Тут дали занавес, и мы расстались. Я занял свой партер, а Пушкин, дабы не смущать Истомину незаслуженным видом затылков, прошел в одну из передних лож.
Глава 2
Пушкин присылает стихи и является в «Северную Пчелу» держать корректуру. Неожиданное приглашение на обед. Застольное сближение с поэтом. История как стихи смывали кровью. Доверительный рассказ Пушкина о встрече с Кюхельбекером и просьба опубликовать стихи государственного преступника. Я душеприказчик Кондратия Рылеева. Пушкин интересуется его архивом. Александр Сергеевич дразнит меня князем Вяземским, а потом предлагает свою дружбу. Пушкин с Дельвигом приходят ко мне на ужин. Разговор о моих странствиях в XXIX веке. Воспоминания о детстве. Мой отец.
1
Любезный Фаддей Венедиктович!
Уверенный в Вашем бесконечном добросердечии, обращаюсь к вам так, словно вы уже простили мои пустые обещания. Нынче я перед вами чист судите по толщине пакета! Это лишь толика того, что обещаю дать в ваши журналы после осени в Михайловском. О цене мы говорили.
Свидетельствую вам искреннее почтение.
Пушкин.
Санкт-Петербург, 17 октября 1827года.
Можно ли дуться на человека, так владеющего пером и чувствами читателя? А вот Бенкендорф не отдает этой фигуре должного. Был бы Александр Христофорович в театре, да понаблюдай он за публикой! Хотя, верно, о настроениях публики он получил донесение, и не одно, но счел это пустой сенсацией. Не понимает он, что сила строк, написанных талантливой рукой, может быть не менее, чем сила приказа главнокомандующего, бросающего полки на смерть. И, как солдаты согласны идти в огонь, так и пылкие сердца готовы следовать слову кумира! И Пушкин тут прокладывает первую стежку.

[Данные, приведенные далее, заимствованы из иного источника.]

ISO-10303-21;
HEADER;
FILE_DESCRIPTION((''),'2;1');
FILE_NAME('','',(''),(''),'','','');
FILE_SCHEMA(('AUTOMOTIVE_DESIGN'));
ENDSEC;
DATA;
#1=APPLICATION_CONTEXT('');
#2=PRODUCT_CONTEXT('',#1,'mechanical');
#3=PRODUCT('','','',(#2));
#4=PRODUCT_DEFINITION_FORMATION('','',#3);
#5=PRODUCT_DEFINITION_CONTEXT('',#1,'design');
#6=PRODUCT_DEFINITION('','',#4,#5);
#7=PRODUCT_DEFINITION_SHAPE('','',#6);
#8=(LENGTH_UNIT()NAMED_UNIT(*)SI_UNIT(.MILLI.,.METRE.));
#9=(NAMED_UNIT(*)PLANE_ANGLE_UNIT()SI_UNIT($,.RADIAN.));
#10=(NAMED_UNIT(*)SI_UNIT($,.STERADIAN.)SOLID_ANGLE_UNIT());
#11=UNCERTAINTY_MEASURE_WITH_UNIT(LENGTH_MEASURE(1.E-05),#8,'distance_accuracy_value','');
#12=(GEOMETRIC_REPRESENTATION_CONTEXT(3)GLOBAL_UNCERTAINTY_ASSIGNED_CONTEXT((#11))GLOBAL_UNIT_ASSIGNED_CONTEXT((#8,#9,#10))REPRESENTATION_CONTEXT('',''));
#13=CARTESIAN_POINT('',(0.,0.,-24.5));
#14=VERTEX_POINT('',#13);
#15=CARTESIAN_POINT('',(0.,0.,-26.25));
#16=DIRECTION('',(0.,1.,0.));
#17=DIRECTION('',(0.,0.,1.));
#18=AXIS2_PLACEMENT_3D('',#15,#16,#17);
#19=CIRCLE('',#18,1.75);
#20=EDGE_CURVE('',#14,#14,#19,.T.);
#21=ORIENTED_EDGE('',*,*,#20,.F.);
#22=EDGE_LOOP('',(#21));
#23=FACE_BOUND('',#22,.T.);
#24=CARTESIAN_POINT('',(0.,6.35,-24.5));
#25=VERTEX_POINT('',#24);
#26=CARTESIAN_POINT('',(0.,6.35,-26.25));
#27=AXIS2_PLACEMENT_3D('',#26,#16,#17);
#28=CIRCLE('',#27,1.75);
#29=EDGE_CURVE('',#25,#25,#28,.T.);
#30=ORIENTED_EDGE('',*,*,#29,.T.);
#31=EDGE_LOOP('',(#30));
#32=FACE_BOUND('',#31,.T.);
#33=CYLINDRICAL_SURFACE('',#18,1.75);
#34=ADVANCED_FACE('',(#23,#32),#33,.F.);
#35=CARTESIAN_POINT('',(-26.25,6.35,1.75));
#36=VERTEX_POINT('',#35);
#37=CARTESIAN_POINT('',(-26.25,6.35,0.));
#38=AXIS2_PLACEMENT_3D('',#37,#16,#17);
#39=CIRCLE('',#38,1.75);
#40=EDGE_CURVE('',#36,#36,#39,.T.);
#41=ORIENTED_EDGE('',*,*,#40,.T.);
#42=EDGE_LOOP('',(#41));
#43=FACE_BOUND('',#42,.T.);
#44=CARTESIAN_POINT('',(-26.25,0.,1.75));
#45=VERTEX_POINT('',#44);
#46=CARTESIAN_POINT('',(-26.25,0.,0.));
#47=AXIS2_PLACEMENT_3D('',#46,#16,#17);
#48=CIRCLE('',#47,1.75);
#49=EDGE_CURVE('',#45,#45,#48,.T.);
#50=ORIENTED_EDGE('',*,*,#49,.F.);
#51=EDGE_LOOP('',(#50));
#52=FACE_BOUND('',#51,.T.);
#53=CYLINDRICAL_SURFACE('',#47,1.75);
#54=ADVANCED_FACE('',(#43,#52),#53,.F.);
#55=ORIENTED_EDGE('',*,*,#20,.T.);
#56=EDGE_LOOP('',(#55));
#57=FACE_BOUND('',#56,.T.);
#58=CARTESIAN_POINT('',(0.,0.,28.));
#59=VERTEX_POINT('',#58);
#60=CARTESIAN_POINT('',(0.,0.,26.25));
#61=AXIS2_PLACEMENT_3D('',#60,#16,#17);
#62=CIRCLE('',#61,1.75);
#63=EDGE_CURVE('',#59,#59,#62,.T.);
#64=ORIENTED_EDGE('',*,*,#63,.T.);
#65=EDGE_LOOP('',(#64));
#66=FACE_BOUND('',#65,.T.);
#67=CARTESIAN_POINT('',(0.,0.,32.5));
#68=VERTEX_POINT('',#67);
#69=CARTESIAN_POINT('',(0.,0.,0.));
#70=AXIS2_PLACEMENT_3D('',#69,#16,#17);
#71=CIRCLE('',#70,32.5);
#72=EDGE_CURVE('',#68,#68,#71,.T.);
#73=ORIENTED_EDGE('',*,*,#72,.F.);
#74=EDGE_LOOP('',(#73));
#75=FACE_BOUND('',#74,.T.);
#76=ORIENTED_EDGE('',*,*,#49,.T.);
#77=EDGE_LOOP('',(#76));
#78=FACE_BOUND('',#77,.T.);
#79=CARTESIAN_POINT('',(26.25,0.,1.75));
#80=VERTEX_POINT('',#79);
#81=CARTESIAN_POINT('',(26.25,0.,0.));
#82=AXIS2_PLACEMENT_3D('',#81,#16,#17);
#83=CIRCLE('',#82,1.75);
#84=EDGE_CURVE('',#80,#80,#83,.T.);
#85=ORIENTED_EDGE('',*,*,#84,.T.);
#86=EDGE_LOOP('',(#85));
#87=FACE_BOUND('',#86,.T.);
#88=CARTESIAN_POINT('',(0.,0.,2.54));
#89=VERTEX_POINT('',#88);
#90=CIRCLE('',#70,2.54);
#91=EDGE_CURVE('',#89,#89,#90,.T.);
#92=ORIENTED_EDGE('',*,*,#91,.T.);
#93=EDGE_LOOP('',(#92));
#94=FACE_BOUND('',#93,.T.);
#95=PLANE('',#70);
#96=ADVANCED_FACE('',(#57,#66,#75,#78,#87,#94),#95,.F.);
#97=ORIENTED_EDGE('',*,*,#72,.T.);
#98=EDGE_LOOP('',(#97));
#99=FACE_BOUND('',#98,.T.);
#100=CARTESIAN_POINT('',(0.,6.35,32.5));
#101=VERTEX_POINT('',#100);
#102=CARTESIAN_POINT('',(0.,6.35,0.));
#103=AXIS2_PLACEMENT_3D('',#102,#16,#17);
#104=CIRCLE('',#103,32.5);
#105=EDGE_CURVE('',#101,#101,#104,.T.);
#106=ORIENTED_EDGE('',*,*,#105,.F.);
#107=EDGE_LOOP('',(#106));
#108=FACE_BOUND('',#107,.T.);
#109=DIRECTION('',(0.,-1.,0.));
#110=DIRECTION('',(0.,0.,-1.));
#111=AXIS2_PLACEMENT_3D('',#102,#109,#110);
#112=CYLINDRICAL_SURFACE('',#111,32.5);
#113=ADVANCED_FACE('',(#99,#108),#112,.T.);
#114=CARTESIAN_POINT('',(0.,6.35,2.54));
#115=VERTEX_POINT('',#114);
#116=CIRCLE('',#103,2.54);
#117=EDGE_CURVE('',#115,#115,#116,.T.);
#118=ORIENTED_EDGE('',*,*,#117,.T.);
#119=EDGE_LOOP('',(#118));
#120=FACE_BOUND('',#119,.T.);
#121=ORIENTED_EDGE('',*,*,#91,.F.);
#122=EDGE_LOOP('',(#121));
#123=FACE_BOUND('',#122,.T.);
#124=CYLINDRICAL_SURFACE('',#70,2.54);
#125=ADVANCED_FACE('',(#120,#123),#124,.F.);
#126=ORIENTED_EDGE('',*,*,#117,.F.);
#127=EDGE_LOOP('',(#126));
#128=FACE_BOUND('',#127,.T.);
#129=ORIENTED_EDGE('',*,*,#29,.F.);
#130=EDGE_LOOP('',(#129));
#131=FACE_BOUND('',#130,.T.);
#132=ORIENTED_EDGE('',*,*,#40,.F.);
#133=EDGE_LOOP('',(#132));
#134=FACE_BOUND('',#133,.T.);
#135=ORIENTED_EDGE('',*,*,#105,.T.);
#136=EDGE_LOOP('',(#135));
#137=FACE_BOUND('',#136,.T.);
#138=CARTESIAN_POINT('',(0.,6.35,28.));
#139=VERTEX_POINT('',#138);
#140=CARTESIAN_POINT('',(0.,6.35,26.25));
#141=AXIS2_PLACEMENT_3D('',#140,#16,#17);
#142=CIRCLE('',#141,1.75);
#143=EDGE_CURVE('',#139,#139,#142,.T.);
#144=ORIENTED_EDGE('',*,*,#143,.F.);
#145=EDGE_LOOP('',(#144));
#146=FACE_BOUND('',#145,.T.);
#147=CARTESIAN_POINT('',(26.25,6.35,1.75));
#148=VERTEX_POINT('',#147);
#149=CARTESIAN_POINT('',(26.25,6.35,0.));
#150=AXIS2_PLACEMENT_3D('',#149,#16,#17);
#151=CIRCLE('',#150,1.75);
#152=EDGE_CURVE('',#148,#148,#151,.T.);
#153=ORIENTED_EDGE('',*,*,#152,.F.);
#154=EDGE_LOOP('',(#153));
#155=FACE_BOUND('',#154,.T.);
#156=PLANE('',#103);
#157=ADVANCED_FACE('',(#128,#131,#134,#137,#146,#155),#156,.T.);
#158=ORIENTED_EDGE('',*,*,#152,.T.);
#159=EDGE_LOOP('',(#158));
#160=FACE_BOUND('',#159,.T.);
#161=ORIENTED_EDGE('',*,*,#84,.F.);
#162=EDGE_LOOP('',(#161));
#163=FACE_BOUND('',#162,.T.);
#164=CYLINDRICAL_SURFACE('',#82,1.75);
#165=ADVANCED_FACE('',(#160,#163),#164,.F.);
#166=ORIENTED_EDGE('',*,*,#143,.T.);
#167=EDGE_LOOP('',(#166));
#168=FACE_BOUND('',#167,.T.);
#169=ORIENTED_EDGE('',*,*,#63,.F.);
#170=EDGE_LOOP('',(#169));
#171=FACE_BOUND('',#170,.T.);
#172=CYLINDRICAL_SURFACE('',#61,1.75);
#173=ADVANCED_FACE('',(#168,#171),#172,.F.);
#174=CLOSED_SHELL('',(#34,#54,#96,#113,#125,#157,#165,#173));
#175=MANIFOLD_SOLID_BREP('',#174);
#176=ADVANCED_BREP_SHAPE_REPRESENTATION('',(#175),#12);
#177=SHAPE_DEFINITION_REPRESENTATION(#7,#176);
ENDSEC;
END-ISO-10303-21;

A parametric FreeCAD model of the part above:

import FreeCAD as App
import Part
import Sketcher

V = App.Vector

doc = App.newDocument("Part")
body = doc.addObject("PartDesign::Body", "Body")

sketch1 = doc.addObject("Sketcher::SketchObject", "Sketch")
body.addObject(sketch1)
sketch1.AttachmentSupport = (doc.XZ_Plane, [""])
sketch1.MapMode = "FlatFace"
sketch1.addGeometry(Part.Circle(V(0, 0, 0), V(0, 0, 1), 32), False)
sketch1.addConstraint([
    Sketcher.Constraint("Coincident", 0, 3, -1, 1),
    Sketcher.Constraint("Diameter", 0, 65.0),
])
pad1 = doc.addObject("PartDesign::Pad", "Pad")
body.addObject(pad1)
pad1.Profile = sketch1
pad1.Length = 6.35
pad1.Reversed = True

sketch2 = doc.addObject("Sketcher::SketchObject", "Sketch001")
body.addObject(sketch2)
sketch2.AttachmentSupport = (doc.XZ_Plane, [""])
sketch2.MapMode = "FlatFace"
sketch2.AttachmentOffset = App.Placement(V(0, 0, -6.35), App.Rotation())
sketch2.addGeometry(Part.Circle(V(0, 0, 0), V(0, 0, 1), 2.5), False)
sketch2.addConstraint([
    Sketcher.Constraint("Coincident", 0, 3, -1, 1),
    Sketcher.Constraint("Diameter", 0, 5.08),
])
pocket1 = doc.addObject("PartDesign::Pocket", "Pocket")
body.addObject(pocket1)
pocket1.Profile = sketch2
pocket1.Type = "ThroughAll"
pocket1.Reversed = True

sketch3 = doc.addObject("Sketcher::SketchObject", "Sketch002")
body.addObject(sketch3)
sketch3.AttachmentSupport = (doc.XZ_Plane, [""])
sketch3.MapMode = "FlatFace"
sketch3.AttachmentOffset = App.Placement(V(0, 0, -6.35), App.Rotation())
sketch3.addGeometry([
    Part.Circle(V(0, 26.2, 0), V(0, 0, 1), 1.8),
    Part.Circle(V(26.2, 0, 0), V(0, 0, 1), 1.8),
    Part.Circle(V(0, -26.2, 0), V(0, 0, 1), 1.8),
    Part.Circle(V(-26.2, 0, 0), V(0, 0, 1), 1.8),
], False)
sketch3.addConstraint([
    Sketcher.Constraint("Equal", 0, 1),
    Sketcher.Constraint("Equal", 1, 2),
    Sketcher.Constraint("Equal", 2, 3),
    Sketcher.Constraint("Symmetric", 0, 3, 2, 3, -1, 1),
    Sketcher.Constraint("Symmetric", 1, 3, 3, 3, -1, 1),
    Sketcher.Constraint("PointOnObject", 0, 3, -2),
    Sketcher.Constraint("PointOnObject", 1, 3, -1),
    Sketcher.Constraint("Diameter", 0, 3.5),
    Sketcher.Constraint("DistanceY", 2, 3, 0, 3, 52.5),
    Sketcher.Constraint("DistanceX", 3, 3, 1, 3, 52.5),
])
pocket2 = doc.addObject("PartDesign::Pocket", "Pocket001")
body.addObject(pocket2)
pocket2.Profile = sketch3
pocket2.Type = "ThroughAll"
pocket2.Reversed = True

doc.recompute()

Ну и хорошо, что не понимает. От греха подальше.
Издатель он первооткрыватель. Только путешественник наносит открытую гору или остров на карту и прославляет свое имя. А издатель имя автора. Оттого у него рождается и прямо противоположное желание сохранить открытие для себя. Возможно ли такое? Во всяком случае не с Пушкиным, Пушкина, как говорится, в мешке не утаишь.
Поддавшись настроению минуты, я написал ответ.
Дорогой Александр Сергеевич,
с благодарностью принимаю Вашу посылку. Такое сокровище можно не то, что месяцы, а и всю жизнь ждать!
Ваши пиесы прекрасны: какая глубина! какая смелость и какая стройность! Особенно хороши новые главы Онегина. Вы, несравненный Александр Сергеевич, как некий херувим, занесли нам песен райских, кои воистину итог божественного вдохновенья, а не расчета низкого.
Но и без низкого прожить никак, потому подтверждаю, что готов опубликовать в Пчеле мелкие вещи по оговоренной ставке. На большие вещи не посягаю (в Пчеле они не поместятся, а в журналах я такую высокую ставку предложить не могу), ими вы, полагаю, распорядитесь дополнительно. Но оставляю за собой право написать хвалебную критику на все так мне нравятся творения Ваши. Впрочем, никакая критика не сможет одним доступным ей инструментом низкой алгеброй понять, поверить Ваш священный дар.